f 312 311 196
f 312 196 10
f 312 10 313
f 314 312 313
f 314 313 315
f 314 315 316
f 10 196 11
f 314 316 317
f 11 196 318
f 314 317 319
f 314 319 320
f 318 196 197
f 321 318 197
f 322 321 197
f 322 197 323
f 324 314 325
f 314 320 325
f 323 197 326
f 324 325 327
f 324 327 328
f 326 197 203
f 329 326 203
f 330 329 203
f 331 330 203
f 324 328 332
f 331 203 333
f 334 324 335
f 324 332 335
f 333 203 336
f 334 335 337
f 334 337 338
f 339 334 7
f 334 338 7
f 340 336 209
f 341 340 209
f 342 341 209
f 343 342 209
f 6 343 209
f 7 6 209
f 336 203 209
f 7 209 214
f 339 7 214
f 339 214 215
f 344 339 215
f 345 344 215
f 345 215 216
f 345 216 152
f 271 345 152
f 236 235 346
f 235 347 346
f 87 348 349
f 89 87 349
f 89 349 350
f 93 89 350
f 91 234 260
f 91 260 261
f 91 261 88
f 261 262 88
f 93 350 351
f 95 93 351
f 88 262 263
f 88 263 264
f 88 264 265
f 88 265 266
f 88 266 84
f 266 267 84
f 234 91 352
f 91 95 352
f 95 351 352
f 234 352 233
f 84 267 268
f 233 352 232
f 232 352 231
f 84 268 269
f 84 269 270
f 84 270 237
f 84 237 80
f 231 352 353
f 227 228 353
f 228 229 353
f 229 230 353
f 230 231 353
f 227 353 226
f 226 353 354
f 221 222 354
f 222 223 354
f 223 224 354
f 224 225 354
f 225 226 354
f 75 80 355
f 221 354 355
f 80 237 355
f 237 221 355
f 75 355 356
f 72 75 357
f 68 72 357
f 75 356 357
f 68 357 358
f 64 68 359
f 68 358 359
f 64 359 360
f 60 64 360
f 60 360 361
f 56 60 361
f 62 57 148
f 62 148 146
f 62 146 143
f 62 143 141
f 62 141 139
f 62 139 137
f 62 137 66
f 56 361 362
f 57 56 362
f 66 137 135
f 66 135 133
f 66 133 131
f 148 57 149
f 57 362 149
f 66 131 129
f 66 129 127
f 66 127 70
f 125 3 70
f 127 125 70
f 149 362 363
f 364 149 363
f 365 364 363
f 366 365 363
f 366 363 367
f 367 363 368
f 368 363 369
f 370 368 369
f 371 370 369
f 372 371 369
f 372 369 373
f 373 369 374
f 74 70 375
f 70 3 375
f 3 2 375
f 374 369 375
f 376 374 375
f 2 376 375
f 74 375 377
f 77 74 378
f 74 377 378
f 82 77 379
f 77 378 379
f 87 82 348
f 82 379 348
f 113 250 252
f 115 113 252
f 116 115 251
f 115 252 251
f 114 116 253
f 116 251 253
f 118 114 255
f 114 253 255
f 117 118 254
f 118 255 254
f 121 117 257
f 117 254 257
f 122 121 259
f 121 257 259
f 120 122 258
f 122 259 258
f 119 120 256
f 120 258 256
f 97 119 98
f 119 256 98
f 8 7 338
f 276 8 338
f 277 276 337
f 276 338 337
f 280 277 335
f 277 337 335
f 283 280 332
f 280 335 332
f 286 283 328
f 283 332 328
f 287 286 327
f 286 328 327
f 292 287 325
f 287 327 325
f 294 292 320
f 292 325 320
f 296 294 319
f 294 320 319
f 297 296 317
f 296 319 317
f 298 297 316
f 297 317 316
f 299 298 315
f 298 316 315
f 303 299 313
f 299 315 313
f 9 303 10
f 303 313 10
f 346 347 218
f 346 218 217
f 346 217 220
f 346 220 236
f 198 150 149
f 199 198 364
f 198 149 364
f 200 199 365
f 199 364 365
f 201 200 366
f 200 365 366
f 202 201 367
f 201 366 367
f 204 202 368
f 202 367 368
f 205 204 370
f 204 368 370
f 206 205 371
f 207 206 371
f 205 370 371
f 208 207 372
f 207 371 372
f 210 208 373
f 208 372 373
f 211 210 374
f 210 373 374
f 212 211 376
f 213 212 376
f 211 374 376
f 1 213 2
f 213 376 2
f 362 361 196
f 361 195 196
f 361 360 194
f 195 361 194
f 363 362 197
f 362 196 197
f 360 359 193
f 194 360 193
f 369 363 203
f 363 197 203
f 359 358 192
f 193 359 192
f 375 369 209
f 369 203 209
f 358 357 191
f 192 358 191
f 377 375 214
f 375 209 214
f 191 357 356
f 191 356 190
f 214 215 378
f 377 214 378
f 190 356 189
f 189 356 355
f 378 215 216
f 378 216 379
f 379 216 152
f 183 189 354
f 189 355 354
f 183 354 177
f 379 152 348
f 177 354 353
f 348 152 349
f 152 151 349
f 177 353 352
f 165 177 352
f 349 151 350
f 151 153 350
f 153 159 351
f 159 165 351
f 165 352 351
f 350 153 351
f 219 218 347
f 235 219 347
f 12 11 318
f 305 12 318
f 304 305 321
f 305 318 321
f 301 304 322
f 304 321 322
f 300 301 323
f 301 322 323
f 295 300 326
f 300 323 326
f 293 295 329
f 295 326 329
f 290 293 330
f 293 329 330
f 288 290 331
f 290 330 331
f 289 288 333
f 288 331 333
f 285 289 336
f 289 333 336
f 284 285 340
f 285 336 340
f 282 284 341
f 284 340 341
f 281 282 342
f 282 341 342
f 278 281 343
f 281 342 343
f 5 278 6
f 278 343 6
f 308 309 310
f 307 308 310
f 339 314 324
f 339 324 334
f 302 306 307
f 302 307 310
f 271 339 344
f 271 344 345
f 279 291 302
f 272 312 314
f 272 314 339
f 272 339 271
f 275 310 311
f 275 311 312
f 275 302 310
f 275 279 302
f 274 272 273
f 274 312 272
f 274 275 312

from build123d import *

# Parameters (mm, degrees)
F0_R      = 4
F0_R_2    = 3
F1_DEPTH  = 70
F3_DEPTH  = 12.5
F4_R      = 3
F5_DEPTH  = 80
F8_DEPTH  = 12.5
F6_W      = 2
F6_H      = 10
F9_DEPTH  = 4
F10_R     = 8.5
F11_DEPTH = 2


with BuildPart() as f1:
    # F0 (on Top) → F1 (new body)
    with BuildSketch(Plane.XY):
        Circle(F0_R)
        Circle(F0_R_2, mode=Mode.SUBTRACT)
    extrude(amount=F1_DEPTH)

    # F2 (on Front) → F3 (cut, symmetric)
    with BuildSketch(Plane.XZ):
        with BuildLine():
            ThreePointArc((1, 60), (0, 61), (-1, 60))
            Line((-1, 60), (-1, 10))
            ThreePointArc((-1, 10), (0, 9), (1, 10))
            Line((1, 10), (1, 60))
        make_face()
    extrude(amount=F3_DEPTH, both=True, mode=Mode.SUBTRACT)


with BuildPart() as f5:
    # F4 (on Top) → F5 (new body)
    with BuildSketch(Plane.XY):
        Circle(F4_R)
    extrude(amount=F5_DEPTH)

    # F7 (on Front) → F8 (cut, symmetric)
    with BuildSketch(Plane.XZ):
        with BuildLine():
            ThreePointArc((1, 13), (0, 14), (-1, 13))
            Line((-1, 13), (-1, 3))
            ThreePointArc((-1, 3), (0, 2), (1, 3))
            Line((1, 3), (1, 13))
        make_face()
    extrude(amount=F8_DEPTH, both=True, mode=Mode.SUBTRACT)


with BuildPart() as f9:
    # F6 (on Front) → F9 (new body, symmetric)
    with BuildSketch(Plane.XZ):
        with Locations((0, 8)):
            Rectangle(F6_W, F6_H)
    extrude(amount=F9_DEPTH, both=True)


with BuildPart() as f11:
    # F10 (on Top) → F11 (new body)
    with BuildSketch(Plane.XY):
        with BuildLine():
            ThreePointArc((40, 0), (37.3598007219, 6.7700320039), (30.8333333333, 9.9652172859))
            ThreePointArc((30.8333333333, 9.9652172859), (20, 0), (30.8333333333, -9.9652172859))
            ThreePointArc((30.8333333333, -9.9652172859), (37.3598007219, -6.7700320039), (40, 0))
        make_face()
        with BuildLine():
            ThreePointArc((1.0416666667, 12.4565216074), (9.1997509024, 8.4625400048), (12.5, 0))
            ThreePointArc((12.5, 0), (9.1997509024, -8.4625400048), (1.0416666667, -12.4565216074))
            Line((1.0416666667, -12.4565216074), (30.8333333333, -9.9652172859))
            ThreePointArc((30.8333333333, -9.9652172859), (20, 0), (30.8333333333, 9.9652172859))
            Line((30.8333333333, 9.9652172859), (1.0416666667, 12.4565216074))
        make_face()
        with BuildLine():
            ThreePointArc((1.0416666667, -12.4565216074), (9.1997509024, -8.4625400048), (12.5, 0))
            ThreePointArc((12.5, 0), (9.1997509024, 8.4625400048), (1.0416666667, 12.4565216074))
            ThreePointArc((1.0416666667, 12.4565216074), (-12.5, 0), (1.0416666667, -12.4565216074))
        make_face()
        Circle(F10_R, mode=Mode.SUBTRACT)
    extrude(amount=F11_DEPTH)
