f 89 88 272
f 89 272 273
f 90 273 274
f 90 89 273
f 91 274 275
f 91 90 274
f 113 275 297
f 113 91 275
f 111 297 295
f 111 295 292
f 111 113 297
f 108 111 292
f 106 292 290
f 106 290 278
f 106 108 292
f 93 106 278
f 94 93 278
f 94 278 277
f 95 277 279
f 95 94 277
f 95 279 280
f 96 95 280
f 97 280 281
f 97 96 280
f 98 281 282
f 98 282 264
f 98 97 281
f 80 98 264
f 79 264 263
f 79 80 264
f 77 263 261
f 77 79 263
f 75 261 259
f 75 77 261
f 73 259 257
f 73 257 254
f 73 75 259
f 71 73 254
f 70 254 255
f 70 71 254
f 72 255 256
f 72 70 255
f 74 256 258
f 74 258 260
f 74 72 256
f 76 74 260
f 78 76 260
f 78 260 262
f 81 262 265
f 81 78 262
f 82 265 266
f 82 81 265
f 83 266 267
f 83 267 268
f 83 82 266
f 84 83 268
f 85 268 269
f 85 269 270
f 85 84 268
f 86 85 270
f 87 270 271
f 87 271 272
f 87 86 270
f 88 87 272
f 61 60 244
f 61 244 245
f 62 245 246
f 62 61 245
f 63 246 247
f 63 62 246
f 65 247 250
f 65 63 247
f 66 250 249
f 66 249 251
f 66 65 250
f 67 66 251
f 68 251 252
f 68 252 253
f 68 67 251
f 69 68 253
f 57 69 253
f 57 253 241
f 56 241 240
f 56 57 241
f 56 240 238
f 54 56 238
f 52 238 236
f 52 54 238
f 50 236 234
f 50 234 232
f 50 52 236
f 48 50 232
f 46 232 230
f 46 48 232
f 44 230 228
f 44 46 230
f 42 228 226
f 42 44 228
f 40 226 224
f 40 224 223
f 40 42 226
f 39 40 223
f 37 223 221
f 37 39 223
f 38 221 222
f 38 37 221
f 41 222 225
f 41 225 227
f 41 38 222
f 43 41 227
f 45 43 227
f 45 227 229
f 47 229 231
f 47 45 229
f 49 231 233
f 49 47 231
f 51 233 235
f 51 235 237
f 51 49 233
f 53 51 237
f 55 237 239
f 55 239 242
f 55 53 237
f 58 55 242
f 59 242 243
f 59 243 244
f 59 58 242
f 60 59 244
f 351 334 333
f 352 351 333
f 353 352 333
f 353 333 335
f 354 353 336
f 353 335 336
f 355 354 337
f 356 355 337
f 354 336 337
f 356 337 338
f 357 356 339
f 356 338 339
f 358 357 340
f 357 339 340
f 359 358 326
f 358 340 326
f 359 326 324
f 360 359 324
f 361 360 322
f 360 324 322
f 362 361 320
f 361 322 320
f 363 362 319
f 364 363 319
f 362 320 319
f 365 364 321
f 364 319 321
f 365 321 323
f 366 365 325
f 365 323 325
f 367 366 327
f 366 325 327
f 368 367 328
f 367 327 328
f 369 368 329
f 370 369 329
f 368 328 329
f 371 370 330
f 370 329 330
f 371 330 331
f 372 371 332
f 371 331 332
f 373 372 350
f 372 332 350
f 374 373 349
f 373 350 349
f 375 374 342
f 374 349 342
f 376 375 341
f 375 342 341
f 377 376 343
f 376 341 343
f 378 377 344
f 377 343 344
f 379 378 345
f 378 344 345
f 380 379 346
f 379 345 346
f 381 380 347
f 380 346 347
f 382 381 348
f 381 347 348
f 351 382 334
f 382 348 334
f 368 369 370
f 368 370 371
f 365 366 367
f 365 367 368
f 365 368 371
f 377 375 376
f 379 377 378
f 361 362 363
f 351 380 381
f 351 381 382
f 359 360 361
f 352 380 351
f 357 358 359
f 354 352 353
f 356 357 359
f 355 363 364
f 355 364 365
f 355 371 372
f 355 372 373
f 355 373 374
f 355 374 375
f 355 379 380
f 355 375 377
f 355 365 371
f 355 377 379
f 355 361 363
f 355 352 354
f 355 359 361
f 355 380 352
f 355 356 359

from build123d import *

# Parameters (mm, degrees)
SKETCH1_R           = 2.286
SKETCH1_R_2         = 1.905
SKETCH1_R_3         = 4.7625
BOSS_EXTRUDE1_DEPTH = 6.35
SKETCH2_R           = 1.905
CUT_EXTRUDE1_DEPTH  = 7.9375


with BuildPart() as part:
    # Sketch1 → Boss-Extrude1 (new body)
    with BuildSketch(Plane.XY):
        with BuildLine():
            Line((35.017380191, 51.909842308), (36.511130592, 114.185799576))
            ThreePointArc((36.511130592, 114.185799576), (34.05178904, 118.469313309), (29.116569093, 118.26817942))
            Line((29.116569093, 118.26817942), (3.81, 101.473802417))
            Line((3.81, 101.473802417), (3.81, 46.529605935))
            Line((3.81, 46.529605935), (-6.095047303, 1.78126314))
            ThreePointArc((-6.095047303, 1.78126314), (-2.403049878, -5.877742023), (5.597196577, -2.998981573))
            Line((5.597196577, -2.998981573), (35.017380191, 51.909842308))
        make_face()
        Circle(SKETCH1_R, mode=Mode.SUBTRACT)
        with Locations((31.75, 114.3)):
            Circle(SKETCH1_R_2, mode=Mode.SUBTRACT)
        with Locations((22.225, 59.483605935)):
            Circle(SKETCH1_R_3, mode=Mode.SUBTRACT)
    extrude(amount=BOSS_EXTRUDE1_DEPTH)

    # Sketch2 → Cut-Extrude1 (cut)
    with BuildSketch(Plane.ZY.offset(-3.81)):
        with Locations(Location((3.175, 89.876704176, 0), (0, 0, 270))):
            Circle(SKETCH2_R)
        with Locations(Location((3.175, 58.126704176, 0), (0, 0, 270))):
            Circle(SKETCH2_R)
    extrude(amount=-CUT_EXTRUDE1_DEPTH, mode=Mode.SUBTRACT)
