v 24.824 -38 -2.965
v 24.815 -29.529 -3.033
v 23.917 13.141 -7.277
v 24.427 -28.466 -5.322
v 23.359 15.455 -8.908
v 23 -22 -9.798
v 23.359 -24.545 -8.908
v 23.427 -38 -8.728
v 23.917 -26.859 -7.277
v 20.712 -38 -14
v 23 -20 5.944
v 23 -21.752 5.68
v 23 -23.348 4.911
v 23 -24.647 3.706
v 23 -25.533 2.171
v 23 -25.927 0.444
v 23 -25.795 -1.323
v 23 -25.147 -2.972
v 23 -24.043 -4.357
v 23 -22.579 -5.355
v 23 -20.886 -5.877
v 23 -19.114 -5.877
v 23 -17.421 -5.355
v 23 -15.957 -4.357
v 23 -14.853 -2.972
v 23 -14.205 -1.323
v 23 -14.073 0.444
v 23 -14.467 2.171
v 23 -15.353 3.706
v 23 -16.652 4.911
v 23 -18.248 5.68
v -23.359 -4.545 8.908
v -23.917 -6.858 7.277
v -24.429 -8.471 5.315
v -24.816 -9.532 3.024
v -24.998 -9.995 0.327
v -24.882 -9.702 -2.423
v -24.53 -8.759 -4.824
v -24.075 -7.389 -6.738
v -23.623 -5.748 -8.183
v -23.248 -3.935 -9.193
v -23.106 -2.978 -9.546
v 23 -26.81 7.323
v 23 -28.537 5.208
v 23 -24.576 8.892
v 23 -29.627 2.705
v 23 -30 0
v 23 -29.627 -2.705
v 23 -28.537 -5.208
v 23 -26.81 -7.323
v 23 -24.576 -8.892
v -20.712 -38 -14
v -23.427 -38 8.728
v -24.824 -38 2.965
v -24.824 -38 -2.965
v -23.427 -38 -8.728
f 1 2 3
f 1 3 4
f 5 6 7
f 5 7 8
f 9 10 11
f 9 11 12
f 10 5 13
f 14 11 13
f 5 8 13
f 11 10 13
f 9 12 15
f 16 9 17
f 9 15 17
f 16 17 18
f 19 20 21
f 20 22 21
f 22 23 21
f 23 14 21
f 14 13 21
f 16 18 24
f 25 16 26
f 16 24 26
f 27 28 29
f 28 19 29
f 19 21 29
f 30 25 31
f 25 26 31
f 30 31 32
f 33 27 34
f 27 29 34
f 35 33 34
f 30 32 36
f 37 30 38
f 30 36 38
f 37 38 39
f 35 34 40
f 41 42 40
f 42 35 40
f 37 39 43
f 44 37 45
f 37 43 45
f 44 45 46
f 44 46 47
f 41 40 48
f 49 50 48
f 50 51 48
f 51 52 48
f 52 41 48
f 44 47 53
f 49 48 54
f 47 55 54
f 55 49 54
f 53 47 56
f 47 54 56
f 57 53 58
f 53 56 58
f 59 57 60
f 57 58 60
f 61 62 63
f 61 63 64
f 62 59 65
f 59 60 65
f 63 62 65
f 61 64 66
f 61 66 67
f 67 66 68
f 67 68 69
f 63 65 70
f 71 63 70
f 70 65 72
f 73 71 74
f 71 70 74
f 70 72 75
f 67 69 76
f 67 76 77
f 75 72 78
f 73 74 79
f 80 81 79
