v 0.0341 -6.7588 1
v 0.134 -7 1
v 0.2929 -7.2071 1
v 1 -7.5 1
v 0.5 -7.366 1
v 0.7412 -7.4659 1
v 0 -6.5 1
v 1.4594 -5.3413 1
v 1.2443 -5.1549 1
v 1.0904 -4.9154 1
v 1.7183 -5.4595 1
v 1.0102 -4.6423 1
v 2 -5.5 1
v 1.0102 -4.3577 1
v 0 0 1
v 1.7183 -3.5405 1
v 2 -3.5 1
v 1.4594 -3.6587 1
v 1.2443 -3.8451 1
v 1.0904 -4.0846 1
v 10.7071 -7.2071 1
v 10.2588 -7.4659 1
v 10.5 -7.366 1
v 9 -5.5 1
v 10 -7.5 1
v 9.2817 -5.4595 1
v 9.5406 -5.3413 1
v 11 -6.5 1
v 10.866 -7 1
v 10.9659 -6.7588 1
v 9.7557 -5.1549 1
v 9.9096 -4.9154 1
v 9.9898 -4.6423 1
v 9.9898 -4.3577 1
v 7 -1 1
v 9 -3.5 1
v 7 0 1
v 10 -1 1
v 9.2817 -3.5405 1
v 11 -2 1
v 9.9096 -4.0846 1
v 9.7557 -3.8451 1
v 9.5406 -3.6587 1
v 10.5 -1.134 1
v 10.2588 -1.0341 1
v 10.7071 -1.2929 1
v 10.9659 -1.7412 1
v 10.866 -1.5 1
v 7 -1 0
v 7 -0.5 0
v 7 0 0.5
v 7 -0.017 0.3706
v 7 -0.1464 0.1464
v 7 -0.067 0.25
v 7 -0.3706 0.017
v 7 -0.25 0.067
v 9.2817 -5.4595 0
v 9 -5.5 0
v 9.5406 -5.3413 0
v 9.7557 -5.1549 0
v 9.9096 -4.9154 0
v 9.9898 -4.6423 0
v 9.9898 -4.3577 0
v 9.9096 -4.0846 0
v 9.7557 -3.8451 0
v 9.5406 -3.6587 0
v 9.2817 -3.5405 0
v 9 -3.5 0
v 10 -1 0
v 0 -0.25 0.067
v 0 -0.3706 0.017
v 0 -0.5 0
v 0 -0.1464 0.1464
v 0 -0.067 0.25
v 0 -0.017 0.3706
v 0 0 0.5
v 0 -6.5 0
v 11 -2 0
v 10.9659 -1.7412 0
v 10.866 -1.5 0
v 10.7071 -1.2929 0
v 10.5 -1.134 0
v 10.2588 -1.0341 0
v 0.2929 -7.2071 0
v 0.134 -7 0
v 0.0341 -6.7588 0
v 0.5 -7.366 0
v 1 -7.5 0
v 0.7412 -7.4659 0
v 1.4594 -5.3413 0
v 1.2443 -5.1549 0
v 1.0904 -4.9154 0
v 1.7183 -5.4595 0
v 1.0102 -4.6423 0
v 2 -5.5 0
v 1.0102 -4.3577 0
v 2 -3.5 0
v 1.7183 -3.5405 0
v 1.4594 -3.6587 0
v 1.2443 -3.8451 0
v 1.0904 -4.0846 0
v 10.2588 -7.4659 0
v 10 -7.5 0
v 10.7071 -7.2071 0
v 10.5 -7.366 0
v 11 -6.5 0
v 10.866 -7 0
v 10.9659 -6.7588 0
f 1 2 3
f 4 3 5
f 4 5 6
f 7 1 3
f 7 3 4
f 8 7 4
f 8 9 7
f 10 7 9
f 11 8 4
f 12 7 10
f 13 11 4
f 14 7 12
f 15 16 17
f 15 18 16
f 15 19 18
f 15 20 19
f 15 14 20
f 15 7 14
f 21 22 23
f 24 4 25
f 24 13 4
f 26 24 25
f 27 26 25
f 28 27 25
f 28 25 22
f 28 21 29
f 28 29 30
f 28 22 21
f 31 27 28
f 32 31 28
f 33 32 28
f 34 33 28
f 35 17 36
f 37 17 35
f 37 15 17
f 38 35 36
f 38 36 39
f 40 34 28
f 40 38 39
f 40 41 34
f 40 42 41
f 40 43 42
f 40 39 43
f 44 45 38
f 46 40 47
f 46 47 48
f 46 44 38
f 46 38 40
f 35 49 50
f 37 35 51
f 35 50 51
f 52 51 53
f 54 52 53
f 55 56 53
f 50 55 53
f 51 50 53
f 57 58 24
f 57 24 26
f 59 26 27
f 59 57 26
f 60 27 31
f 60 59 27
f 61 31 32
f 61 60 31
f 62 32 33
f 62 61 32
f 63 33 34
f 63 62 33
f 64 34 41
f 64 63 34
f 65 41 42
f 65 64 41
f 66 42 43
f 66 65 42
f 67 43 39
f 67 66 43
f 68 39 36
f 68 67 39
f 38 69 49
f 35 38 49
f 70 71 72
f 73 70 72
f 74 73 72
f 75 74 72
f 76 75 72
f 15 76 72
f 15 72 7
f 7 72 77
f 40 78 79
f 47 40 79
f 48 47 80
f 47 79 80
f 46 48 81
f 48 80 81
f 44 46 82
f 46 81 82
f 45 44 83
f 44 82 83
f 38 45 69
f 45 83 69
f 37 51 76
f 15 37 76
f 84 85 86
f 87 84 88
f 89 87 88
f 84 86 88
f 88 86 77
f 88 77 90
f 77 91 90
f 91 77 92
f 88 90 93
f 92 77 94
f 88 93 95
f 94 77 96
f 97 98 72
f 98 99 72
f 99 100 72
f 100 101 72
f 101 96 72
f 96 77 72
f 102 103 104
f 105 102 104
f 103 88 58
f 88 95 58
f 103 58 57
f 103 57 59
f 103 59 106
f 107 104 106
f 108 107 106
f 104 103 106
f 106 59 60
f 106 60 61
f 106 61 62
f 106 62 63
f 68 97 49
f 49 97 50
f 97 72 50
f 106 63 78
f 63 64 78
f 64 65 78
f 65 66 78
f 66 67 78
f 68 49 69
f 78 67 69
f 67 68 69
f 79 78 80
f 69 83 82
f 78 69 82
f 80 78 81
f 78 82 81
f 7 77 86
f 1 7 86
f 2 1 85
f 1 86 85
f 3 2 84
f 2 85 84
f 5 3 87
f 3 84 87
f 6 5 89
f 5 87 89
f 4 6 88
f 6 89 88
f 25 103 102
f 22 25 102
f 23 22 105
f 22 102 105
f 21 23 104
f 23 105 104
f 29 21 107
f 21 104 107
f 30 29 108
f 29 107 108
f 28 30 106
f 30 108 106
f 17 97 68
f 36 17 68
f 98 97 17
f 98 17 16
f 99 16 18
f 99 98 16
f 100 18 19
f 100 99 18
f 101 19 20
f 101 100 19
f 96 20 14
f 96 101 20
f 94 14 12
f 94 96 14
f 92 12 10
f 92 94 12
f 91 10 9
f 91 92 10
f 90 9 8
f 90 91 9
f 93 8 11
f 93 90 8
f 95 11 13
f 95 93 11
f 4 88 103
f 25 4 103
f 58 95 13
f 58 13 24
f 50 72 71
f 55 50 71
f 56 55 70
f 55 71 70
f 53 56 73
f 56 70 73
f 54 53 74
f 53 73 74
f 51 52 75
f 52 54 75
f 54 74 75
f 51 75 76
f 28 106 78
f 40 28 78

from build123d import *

# Parameters (mm, degrees)
EXTRUDE074_DEPTH = 1
EXTRUDE075_DEPTH = 15
EXTRUDE073_DEPTH = 1


with BuildPart() as extrude074:
    # Sketch271 → Extrude074 (new body)
    with BuildSketch(Plane.XY):
        with BuildLine():
            Line((2, -5.5), (9, -5.5))
            ThreePointArc((9, -5.5), (10, -4.5), (9, -3.5))
            Line((2, -3.5), (9, -3.5))
            ThreePointArc((2, -3.5), (1, -4.5), (2, -5.5))
        make_face()
    extrude(amount=EXTRUDE074_DEPTH)


with BuildPart() as extrude075:
    # Sketch272 → Extrude075 (new body)
    with BuildSketch(Plane.YZ):
        with BuildLine():
            ThreePointArc((-0.5, 0), (-0.146447, 0.146447), (0, 0.5))
            Line((0, 0.5), (0, 0))
            Line((-0.5, 0), (0, 0))
        make_face()
    extrude(amount=EXTRUDE075_DEPTH)


with BuildPart() as cut045:
    # Sketch270 → Extrude073 (new body)
    with BuildSketch(Plane(origin=(0, -0.5, 0), x_dir=(1, 0, 0), z_dir=(0, 0, 1))):
        with BuildLine():
            ThreePointArc((0, -6), (0.292893, -6.707107), (1, -7))
            Line((1, -7), (10, -7))
            ThreePointArc((10, -7), (10.707107, -6.707106), (11, -6))
            Line((11, -6), (11, -1.5))
            ThreePointArc((11, -1.5), (10.707107, -0.792893), (10, -0.5))
            Line((10, -0.5), (7, -0.5))
            Line((7, -0.5), (7, 0.5))
            Line((7, 0.5), (0, 0.5))
            Line((0, 0.5), (0, -6))
        make_face()
    extrude(amount=EXTRUDE073_DEPTH)

    # Cut044: cut Extrude075
    add(extrude075.part, mode=Mode.SUBTRACT)

    # Cut045: cut Extrude074
    add(extrude074.part, mode=Mode.SUBTRACT)


solid = cut045.part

--------------------------------

Required work
From the records above, copy only the lines starting with the line that holds "f 289 288 333" and going on through the line that holds "f 271 339 344", exactly as written.

Response to the exercise
f 289 288 333
f 288 331 333
f 285 289 336
f 289 333 336
f 284 285 340
f 285 336 340
f 282 284 341
f 284 340 341
f 281 282 342
f 282 341 342
f 278 281 343
f 281 342 343
f 5 278 6
f 278 343 6
f 308 309 310
f 307 308 310
f 339 314 324
f 339 324 334
f 302 306 307
f 302 307 310
f 271 339 344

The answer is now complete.